[Work to be completed] Beginning with the line below that contains "#412=AXIS2_PLACEMENT_3D('',#319,#46,#47);" and ending with the line that contains "#421=EDGE_LOOP('',(#417,#418,#419,#420));", copy every line exactly. Copy nothing else.

[Saved data entries]
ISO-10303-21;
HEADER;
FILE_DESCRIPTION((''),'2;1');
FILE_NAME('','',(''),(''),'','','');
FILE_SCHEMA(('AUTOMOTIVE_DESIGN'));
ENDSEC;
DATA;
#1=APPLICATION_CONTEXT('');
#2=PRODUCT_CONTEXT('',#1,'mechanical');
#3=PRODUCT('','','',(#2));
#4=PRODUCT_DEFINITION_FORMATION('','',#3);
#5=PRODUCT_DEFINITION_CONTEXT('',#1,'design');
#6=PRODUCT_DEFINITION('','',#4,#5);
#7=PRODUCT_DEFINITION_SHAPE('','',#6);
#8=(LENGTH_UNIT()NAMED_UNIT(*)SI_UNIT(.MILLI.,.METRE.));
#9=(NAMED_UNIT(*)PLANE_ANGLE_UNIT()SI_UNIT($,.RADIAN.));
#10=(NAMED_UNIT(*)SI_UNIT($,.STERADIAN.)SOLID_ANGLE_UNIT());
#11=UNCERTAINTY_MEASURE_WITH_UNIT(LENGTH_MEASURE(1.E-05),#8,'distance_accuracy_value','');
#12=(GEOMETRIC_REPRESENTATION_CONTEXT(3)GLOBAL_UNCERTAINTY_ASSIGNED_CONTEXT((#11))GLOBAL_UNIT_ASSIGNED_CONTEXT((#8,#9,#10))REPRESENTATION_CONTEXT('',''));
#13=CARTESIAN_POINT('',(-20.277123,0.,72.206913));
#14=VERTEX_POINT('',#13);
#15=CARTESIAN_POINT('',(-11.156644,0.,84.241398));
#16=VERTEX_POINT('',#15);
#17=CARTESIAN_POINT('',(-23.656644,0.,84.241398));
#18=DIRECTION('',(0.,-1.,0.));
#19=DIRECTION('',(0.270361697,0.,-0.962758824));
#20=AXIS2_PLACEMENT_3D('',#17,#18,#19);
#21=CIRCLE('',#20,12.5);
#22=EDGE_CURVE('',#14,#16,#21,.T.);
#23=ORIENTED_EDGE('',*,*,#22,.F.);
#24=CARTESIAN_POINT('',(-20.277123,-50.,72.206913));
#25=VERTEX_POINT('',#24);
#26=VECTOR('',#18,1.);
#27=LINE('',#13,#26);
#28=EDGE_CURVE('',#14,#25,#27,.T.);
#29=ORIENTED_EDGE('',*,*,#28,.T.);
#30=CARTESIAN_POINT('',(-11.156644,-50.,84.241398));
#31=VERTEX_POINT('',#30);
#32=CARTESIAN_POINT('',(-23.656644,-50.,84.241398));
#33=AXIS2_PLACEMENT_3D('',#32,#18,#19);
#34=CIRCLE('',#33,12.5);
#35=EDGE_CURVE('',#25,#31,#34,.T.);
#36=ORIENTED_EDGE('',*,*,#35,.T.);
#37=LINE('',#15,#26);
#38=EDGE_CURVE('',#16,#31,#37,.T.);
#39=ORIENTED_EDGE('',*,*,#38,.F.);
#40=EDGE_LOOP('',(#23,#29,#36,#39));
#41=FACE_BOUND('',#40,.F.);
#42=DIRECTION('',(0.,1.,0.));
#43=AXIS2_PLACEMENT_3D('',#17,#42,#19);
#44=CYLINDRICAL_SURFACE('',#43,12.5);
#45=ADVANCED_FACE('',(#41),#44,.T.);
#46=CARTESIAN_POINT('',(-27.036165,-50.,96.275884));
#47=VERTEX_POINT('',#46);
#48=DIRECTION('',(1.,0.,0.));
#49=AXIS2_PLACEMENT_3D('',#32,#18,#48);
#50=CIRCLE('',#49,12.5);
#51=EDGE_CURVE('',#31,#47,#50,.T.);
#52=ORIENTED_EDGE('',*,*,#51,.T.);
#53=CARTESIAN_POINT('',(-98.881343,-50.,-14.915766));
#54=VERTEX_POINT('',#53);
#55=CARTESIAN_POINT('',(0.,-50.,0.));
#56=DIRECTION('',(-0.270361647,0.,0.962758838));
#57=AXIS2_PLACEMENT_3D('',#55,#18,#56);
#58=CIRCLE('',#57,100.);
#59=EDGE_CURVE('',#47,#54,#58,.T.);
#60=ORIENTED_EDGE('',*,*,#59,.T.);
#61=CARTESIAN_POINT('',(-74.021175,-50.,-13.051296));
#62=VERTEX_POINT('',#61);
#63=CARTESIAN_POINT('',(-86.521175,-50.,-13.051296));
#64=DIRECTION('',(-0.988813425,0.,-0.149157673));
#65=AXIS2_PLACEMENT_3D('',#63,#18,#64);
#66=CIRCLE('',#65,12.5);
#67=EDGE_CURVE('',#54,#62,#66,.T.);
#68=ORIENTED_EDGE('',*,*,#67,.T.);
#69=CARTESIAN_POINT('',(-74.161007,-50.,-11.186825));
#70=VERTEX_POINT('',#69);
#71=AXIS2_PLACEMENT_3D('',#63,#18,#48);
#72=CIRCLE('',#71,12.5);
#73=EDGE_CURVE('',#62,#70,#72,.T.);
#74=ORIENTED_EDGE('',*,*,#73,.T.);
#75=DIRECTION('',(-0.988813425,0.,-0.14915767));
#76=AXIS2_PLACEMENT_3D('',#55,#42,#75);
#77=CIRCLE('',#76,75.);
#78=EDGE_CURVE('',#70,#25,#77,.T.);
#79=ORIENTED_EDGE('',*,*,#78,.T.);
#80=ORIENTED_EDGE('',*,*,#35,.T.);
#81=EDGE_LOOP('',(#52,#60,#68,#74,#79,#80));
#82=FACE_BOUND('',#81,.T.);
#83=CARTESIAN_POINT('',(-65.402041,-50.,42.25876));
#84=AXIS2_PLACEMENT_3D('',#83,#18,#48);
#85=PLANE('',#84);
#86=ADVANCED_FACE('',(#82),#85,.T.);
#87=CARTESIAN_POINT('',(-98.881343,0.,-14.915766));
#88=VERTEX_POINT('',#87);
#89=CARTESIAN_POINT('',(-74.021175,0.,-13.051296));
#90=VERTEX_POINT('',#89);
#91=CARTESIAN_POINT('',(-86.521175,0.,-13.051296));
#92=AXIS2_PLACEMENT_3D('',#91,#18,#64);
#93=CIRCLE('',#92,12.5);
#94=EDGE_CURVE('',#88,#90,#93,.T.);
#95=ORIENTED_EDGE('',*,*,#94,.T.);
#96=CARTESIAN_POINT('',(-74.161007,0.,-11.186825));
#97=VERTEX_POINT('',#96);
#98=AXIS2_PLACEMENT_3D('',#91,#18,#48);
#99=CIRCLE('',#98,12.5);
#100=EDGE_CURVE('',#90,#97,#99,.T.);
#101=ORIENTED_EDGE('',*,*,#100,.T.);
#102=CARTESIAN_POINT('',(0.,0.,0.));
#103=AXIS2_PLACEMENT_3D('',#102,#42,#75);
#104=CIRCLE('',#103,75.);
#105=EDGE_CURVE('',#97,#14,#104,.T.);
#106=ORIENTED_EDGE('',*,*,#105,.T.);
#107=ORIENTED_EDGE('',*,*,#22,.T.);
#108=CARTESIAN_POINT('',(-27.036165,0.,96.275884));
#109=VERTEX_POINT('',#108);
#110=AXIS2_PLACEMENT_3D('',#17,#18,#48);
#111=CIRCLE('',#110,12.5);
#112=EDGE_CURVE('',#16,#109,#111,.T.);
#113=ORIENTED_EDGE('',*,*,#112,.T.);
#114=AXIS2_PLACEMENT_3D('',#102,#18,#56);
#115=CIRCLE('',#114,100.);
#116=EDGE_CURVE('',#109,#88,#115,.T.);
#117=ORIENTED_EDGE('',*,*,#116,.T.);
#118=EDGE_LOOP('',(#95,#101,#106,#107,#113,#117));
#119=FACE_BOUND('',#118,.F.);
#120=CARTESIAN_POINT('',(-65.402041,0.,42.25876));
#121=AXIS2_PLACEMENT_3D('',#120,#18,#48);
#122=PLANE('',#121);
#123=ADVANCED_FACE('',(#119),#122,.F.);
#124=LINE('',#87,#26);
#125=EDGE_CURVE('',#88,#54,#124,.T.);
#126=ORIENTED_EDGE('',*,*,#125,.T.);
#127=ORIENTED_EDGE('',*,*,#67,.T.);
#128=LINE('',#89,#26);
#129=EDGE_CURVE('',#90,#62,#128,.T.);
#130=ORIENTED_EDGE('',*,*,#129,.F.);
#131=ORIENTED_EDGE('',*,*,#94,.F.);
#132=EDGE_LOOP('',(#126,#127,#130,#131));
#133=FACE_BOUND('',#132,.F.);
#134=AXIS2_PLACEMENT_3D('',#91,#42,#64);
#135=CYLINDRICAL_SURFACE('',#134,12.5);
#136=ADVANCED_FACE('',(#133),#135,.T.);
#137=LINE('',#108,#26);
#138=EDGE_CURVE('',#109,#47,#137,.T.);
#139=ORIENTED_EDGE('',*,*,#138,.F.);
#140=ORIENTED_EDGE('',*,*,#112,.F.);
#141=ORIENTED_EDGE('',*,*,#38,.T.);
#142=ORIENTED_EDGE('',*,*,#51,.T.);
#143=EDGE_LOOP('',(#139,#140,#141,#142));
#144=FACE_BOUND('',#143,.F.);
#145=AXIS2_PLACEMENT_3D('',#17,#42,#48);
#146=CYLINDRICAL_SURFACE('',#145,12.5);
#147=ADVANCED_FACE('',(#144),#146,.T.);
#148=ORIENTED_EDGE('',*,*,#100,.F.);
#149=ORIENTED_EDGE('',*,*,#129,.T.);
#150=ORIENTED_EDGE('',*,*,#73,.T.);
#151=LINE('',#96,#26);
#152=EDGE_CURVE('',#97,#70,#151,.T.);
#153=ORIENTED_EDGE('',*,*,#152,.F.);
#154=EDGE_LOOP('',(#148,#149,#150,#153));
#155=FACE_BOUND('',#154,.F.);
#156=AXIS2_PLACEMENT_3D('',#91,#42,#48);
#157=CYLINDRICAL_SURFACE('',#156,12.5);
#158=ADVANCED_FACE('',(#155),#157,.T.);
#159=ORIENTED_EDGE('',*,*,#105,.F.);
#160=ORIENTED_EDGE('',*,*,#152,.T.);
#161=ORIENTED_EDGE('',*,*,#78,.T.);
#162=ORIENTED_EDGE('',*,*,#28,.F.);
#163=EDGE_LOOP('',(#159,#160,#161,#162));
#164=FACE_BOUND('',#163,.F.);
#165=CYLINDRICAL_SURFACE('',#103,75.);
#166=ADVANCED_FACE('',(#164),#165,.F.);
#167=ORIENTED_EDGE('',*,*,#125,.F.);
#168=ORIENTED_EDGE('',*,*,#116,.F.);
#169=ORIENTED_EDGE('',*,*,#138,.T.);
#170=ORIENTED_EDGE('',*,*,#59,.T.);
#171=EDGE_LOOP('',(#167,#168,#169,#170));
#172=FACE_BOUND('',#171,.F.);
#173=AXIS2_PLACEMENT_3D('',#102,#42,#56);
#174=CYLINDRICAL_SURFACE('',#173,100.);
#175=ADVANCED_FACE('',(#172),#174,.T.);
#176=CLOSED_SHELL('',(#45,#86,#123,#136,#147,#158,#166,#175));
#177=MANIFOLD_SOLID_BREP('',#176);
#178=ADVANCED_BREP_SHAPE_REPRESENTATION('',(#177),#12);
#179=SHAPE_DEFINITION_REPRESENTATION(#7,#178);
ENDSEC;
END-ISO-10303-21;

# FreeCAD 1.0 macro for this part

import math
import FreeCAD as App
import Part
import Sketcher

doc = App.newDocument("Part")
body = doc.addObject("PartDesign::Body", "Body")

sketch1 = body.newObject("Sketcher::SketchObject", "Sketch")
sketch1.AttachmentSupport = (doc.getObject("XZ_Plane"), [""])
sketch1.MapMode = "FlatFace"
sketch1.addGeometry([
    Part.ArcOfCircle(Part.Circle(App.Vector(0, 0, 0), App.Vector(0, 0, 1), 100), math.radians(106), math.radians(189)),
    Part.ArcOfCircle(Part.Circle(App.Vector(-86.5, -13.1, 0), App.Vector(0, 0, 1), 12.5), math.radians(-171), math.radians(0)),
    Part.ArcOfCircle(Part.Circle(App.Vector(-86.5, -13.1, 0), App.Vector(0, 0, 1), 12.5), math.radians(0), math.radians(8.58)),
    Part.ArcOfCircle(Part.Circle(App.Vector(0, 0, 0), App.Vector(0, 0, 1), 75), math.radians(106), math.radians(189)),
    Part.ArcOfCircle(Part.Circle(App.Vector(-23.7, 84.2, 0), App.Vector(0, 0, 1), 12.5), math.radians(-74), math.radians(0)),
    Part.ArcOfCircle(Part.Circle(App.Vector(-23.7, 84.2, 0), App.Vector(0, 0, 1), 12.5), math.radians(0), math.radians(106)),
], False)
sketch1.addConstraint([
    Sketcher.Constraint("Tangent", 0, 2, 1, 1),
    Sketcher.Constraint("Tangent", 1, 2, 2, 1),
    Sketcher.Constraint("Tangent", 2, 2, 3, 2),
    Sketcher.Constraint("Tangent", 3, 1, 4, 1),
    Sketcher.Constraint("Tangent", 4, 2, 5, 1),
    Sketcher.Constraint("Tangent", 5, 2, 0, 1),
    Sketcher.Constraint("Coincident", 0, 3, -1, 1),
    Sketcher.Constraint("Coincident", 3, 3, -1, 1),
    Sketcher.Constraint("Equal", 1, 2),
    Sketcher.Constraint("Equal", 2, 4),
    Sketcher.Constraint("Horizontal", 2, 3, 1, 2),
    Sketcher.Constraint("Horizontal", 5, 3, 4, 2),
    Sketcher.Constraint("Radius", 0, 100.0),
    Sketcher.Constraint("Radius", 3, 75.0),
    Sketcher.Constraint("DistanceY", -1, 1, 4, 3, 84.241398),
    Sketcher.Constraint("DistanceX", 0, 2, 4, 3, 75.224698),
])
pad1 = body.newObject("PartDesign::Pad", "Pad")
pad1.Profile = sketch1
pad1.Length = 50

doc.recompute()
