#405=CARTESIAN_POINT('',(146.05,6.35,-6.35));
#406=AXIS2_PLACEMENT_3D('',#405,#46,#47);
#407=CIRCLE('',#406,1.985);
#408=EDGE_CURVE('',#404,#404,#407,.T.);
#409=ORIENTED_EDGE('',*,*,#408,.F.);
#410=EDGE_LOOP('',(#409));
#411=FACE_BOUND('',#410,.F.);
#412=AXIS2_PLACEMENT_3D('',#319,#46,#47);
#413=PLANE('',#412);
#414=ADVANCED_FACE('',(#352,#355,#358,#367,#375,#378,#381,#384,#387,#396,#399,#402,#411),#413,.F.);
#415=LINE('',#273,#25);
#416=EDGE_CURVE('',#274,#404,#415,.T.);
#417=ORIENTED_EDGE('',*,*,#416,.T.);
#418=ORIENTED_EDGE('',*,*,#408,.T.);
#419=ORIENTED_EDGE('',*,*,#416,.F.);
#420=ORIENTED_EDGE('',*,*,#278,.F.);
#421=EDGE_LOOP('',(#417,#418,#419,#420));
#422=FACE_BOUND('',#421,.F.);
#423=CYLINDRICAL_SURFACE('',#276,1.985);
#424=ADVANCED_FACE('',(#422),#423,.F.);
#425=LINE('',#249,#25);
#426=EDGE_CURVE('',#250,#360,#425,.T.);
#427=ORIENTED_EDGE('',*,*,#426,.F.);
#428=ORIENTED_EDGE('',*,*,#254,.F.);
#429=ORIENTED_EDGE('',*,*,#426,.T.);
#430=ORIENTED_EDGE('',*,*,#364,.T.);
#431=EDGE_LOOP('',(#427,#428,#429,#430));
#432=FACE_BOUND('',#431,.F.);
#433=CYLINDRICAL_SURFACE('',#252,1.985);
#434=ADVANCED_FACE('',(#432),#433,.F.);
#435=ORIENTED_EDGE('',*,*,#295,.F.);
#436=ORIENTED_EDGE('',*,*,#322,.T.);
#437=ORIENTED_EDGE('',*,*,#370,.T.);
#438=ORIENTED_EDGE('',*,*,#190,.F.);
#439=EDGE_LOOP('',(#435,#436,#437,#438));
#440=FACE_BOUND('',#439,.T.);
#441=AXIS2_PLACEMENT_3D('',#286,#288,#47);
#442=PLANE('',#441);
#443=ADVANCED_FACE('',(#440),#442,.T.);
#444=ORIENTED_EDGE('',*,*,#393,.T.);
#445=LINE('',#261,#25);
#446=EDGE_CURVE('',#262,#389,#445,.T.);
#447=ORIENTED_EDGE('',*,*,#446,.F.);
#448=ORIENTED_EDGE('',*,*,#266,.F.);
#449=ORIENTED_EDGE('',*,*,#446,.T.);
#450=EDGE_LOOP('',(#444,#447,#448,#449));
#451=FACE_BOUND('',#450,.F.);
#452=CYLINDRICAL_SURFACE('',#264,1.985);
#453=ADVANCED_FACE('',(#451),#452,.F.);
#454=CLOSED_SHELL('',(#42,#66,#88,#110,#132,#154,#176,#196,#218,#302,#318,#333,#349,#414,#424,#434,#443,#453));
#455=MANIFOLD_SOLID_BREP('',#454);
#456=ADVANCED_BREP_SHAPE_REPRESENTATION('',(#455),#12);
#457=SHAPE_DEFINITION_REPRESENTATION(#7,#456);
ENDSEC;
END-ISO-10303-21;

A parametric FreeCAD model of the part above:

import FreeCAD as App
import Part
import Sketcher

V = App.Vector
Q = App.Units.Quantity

[Exercise response]
#412=AXIS2_PLACEMENT_3D('',#319,#46,#47);
#413=PLANE('',#412);
#414=ADVANCED_FACE('',(#352,#355,#358,#367,#375,#378,#381,#384,#387,#396,#399,#402,#411),#413,.F.);
#415=LINE('',#273,#25);
#416=EDGE_CURVE('',#274,#404,#415,.T.);
#417=ORIENTED_EDGE('',*,*,#416,.T.);
#418=ORIENTED_EDGE('',*,*,#408,.T.);
#419=ORIENTED_EDGE('',*,*,#416,.F.);
#420=ORIENTED_EDGE('',*,*,#278,.F.);
#421=EDGE_LOOP('',(#417,#418,#419,#420));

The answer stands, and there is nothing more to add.